Your objective
The answer should be each line from the entries below that has the word "newObject" in it.

BEGIN Exercise material

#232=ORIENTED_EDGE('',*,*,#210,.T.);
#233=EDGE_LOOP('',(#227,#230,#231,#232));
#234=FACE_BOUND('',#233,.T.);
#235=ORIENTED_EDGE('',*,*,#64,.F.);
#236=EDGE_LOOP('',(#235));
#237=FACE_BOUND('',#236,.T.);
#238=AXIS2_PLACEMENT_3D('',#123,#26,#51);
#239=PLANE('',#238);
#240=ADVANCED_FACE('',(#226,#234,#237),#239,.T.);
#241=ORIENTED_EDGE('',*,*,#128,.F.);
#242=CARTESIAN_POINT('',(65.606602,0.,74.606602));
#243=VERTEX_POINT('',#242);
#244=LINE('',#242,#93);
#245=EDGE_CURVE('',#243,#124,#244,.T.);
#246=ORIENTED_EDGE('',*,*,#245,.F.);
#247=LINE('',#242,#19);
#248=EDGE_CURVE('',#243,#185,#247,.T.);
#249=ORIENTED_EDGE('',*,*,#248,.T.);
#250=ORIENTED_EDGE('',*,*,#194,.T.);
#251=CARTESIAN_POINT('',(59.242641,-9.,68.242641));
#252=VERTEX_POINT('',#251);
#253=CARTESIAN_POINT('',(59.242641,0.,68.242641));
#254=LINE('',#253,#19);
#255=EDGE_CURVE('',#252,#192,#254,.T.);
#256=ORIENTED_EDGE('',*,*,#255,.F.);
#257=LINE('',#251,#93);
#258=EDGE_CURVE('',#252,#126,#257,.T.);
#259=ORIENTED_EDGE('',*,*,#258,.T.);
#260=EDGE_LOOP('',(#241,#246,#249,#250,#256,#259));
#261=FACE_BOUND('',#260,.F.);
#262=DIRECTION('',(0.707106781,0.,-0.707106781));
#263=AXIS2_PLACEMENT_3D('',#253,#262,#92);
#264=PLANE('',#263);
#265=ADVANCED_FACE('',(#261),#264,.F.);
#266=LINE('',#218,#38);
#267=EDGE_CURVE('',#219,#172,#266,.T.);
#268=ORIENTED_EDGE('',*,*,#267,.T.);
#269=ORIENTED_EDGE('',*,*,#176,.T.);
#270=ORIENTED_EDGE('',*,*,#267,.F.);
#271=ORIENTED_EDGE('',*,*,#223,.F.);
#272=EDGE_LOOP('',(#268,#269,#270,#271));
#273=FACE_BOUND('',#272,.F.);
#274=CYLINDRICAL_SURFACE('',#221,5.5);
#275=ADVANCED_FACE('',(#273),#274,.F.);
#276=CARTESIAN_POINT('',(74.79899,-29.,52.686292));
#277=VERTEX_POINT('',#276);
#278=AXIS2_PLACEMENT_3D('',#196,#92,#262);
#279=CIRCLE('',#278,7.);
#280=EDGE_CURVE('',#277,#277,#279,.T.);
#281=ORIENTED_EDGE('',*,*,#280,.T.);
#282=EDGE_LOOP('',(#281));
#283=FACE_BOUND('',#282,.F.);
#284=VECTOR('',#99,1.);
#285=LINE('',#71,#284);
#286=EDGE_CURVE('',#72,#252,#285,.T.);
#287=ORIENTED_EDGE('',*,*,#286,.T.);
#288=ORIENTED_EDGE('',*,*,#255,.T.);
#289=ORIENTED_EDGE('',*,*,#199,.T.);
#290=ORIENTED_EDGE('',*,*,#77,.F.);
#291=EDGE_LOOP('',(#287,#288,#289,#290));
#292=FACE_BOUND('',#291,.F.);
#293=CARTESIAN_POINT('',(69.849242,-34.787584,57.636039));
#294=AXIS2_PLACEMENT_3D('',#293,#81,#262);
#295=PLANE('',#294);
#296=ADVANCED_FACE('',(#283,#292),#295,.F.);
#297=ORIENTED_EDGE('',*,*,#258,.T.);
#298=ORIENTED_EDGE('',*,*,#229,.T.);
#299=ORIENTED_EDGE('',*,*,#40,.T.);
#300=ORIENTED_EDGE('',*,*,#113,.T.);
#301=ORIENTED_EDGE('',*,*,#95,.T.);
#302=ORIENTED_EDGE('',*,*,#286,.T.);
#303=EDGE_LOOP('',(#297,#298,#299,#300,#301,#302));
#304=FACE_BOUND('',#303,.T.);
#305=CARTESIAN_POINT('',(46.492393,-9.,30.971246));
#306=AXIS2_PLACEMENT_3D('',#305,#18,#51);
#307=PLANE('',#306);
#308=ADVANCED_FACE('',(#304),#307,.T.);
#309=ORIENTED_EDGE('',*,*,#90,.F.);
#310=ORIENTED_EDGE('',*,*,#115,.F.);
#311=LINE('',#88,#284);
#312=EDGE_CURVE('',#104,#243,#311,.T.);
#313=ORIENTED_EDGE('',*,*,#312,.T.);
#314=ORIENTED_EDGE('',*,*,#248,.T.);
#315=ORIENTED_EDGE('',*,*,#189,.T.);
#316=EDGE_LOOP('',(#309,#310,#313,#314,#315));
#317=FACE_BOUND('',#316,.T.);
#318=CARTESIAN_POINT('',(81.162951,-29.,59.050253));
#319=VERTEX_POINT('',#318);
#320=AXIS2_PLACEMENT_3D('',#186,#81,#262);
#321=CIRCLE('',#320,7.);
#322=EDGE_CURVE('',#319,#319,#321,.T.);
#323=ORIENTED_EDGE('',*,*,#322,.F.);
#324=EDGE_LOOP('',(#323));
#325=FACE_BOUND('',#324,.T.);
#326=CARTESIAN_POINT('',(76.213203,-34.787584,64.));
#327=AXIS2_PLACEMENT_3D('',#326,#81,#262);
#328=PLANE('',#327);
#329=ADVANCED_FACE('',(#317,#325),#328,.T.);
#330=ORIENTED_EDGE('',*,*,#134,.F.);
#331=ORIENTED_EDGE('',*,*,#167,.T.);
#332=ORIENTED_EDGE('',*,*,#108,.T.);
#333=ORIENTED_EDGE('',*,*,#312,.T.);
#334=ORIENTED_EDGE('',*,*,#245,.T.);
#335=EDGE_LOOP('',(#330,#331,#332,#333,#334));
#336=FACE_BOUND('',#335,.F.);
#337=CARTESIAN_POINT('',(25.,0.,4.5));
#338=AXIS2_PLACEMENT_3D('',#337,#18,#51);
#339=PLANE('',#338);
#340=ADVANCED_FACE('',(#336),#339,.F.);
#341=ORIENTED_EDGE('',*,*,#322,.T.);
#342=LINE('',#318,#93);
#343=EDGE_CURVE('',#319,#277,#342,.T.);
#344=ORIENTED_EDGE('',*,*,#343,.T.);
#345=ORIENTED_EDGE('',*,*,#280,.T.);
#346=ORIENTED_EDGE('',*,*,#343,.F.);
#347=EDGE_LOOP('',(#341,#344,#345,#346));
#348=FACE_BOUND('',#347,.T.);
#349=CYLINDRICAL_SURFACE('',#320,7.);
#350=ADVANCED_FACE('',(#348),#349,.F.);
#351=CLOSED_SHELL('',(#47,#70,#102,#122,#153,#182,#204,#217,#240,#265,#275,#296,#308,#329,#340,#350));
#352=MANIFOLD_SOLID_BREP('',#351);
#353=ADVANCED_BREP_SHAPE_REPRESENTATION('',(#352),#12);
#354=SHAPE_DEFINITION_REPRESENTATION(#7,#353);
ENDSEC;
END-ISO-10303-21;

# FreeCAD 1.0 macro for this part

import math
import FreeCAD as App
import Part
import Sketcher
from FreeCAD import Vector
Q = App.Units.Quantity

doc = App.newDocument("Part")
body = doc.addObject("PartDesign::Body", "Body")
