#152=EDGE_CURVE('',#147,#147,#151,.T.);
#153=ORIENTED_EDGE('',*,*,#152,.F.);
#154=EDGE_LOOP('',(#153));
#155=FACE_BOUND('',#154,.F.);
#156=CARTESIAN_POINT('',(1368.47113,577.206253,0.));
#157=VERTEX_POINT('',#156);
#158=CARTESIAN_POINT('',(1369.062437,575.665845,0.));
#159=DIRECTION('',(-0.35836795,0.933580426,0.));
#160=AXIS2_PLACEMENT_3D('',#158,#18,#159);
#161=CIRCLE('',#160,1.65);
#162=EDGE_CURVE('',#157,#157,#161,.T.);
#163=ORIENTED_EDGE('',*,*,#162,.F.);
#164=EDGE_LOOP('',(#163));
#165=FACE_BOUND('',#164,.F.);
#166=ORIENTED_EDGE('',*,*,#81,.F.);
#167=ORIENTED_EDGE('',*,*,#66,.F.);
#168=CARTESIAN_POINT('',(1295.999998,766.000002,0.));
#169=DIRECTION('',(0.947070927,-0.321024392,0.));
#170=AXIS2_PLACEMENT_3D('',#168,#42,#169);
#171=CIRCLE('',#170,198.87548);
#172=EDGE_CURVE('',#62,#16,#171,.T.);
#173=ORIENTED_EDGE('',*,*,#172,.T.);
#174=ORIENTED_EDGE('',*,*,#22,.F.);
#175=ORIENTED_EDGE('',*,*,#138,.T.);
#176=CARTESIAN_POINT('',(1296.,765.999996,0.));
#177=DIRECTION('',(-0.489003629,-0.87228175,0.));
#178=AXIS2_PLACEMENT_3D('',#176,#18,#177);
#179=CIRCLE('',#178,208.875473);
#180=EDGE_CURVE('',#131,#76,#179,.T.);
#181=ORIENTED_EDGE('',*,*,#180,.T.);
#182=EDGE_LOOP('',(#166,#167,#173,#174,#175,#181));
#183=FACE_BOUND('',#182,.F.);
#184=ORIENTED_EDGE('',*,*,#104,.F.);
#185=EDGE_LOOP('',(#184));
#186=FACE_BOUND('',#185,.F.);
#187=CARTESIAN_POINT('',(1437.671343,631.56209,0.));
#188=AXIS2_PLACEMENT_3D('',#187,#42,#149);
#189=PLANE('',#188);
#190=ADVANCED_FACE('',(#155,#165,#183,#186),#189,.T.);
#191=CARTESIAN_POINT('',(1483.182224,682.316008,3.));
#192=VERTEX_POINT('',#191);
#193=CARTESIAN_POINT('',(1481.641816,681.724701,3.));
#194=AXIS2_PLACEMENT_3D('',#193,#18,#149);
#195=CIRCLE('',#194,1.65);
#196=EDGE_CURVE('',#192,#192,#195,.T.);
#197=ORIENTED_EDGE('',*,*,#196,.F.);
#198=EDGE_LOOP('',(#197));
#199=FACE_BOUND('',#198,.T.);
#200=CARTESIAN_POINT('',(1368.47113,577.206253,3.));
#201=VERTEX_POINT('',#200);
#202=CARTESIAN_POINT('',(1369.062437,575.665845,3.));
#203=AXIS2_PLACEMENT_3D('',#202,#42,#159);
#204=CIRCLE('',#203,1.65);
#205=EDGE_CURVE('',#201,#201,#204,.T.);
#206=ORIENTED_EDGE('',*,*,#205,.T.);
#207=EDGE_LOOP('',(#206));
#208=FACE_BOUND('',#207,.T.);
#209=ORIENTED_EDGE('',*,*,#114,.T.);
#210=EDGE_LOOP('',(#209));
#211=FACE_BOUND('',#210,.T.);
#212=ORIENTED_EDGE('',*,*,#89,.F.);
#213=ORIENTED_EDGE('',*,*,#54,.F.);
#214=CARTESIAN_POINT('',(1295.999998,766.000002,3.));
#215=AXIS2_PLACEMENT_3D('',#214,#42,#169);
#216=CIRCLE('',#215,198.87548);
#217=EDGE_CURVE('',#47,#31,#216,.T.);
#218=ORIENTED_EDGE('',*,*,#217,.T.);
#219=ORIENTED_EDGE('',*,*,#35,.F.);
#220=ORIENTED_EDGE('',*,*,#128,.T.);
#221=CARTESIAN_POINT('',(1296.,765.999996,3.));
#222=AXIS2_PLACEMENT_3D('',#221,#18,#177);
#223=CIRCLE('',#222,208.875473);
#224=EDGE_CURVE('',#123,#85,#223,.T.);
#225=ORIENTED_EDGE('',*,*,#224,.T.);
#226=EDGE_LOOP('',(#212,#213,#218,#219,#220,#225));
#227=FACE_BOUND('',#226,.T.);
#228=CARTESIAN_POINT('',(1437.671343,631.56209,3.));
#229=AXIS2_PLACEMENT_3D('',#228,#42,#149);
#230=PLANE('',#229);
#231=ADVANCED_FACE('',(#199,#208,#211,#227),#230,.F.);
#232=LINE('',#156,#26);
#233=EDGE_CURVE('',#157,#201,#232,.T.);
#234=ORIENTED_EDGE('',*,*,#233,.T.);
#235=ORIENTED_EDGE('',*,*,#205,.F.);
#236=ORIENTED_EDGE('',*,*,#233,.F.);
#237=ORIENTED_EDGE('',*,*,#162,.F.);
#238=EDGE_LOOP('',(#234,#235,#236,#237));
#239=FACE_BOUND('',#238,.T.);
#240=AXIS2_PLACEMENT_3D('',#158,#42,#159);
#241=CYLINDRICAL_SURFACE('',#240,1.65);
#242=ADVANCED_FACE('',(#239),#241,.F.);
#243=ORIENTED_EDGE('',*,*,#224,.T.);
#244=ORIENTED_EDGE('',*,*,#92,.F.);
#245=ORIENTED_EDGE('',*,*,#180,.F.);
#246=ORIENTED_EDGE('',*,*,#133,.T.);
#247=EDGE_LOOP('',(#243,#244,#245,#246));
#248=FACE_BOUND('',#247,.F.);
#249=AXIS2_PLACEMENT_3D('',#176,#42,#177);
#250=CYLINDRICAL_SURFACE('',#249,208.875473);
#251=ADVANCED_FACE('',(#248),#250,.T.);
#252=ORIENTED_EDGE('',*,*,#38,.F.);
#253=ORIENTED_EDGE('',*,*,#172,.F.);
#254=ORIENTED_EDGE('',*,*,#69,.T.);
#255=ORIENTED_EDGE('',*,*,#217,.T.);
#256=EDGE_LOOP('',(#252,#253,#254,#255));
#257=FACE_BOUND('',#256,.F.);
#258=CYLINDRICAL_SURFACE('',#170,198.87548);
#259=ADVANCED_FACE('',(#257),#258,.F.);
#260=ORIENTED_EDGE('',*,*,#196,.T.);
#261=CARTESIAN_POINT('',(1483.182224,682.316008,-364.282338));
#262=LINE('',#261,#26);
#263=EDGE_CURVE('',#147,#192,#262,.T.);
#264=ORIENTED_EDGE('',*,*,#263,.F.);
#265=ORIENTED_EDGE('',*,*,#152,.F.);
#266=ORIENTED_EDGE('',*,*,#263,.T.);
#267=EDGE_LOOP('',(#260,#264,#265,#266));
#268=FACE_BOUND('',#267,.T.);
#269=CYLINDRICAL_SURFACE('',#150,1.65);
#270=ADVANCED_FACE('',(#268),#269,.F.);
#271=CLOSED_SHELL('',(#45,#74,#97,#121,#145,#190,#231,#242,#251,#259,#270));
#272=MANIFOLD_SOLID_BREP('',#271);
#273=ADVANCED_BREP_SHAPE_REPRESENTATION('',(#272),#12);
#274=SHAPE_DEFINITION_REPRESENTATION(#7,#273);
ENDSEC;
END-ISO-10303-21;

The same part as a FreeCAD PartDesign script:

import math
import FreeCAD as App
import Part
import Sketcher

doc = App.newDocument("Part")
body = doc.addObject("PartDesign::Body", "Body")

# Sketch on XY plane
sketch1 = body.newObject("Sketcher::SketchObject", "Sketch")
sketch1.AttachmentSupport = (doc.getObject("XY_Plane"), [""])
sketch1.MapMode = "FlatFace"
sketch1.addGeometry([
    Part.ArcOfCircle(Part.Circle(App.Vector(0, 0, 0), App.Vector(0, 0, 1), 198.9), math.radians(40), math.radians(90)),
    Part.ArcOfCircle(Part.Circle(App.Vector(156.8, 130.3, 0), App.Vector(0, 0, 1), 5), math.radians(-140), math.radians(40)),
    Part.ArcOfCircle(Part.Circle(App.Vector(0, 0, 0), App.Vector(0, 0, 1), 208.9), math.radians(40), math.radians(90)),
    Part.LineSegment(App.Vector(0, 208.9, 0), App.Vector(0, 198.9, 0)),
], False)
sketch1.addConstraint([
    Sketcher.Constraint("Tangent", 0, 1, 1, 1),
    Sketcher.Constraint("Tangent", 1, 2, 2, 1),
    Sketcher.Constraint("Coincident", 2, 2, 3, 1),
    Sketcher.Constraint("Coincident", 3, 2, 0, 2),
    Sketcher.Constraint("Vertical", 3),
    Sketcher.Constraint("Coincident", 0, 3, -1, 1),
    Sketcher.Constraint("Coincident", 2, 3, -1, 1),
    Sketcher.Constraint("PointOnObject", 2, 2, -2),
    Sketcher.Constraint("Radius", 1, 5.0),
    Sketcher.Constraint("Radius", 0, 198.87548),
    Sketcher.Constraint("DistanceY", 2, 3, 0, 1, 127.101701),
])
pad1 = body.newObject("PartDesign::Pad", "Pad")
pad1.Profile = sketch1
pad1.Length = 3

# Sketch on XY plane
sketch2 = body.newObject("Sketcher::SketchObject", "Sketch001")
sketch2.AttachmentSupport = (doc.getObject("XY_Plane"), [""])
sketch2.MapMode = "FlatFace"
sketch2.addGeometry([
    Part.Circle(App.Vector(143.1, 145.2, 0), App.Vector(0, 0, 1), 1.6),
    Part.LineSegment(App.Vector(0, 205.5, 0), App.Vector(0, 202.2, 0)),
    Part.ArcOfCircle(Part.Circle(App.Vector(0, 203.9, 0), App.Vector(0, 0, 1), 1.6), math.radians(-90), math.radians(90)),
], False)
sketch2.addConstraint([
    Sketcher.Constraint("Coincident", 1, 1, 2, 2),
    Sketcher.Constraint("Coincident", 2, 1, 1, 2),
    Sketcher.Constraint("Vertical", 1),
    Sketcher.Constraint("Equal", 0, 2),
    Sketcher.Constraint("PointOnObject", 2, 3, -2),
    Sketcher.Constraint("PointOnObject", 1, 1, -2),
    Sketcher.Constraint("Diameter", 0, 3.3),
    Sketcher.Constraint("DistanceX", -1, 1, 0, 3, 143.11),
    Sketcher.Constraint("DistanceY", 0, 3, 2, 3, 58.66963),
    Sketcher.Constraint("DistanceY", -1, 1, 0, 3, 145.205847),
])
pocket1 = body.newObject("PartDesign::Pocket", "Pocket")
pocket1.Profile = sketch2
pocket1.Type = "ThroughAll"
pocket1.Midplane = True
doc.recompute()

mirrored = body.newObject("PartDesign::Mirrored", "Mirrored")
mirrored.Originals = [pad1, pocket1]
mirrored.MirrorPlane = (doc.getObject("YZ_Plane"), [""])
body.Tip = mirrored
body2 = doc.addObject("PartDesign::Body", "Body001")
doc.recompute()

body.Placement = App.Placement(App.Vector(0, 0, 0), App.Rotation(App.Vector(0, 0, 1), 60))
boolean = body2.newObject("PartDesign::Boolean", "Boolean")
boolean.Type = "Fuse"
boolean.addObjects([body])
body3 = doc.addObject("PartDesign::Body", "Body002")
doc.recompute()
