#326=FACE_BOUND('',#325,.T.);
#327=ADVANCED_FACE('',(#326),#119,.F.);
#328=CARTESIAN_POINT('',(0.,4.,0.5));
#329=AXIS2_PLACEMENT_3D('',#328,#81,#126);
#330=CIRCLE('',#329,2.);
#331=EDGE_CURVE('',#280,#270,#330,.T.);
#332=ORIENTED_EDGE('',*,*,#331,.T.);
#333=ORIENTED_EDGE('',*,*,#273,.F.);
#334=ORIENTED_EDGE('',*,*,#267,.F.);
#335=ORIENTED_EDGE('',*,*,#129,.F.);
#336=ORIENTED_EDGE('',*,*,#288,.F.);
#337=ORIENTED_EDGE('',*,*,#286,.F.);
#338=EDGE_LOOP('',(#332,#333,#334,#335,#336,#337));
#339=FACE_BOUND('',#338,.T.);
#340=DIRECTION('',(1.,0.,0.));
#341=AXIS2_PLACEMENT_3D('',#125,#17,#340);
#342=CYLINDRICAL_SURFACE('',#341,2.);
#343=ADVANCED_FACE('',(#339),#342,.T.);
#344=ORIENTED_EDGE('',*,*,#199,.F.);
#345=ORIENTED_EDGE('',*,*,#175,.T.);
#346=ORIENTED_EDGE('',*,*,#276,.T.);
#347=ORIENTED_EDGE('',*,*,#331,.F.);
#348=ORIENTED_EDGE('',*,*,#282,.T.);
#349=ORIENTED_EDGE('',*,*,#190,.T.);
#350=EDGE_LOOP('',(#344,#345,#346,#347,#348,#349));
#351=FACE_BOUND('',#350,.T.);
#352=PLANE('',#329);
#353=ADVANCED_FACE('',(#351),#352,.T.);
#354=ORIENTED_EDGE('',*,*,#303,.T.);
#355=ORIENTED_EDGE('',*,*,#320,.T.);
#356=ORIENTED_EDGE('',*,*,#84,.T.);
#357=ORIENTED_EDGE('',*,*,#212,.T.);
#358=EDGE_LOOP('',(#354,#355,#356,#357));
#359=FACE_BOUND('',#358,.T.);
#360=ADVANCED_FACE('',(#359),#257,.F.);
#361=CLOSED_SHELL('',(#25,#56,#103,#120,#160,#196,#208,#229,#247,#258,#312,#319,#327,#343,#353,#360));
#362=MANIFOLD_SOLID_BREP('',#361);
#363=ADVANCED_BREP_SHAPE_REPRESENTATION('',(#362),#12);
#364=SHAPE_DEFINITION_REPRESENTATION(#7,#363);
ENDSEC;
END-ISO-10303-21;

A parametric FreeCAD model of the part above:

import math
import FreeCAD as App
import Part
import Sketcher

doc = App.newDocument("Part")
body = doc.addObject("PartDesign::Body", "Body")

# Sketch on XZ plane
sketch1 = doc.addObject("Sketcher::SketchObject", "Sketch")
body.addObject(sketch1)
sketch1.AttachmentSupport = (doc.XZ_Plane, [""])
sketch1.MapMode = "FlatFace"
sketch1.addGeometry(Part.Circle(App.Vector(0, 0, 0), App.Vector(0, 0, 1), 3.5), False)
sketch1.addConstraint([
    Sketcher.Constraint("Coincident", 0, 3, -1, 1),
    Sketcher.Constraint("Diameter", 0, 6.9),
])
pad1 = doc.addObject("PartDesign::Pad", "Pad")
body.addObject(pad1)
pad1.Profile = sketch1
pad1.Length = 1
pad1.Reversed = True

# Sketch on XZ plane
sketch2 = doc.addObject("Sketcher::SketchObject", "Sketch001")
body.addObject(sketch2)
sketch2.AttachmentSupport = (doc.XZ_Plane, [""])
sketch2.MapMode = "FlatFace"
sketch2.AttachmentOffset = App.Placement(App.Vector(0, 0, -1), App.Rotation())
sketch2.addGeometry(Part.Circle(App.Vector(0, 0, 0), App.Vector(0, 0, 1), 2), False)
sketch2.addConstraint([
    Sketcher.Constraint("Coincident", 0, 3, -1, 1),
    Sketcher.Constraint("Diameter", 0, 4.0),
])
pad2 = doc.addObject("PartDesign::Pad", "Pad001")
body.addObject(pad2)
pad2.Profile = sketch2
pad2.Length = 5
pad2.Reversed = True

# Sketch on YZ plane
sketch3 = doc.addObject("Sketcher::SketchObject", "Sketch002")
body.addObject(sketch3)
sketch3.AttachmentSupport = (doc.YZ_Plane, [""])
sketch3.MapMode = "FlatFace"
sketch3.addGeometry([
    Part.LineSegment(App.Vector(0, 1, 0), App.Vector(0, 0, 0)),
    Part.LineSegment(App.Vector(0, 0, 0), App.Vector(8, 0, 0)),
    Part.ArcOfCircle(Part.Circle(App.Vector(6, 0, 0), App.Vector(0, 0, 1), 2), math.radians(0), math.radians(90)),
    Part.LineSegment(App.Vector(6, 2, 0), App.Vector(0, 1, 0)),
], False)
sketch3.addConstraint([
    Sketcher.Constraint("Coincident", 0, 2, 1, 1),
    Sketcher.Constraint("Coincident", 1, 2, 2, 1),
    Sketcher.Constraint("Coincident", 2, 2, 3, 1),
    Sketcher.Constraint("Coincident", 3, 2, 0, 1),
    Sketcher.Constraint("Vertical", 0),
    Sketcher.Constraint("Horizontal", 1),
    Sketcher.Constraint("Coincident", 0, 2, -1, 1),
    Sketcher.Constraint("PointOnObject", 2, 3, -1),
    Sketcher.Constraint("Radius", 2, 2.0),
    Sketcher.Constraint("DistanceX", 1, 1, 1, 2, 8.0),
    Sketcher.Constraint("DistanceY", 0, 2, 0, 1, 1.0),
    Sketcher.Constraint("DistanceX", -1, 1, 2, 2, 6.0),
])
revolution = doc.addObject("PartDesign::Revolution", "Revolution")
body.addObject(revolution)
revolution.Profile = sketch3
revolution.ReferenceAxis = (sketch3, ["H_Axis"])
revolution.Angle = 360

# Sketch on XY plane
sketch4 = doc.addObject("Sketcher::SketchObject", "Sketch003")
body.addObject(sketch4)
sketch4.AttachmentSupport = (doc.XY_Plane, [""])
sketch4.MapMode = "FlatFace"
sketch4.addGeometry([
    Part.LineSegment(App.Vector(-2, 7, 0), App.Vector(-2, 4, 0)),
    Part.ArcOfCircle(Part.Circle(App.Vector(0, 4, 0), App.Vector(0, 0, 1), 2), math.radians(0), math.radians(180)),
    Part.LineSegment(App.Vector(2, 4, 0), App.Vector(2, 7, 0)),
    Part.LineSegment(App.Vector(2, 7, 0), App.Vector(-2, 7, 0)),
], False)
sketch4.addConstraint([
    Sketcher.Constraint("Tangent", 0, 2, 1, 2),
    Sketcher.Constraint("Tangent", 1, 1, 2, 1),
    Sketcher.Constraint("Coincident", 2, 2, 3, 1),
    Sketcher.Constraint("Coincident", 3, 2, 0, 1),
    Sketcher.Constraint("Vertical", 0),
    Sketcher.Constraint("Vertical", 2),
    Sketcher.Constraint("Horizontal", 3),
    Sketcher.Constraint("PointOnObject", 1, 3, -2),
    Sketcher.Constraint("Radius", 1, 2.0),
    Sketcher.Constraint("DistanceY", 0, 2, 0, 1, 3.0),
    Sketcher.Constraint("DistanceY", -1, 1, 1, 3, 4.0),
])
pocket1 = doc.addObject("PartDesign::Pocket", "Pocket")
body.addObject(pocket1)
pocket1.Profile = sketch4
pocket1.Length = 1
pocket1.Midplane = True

END Exercise material

Result of the task
sketch1 = body.newObject("Sketcher::SketchObject", "Sketch")
pad1 = body.newObject("PartDesign::Pad", "Pad")
sketch2 = body.newObject("Sketcher::SketchObject", "Sketch001")
pocket1 = body.newObject("PartDesign::Pocket", "Pocket")
mirrored = body.newObject("PartDesign::Mirrored", "Mirrored")
boolean = body2.newObject("PartDesign::Boolean", "Boolean")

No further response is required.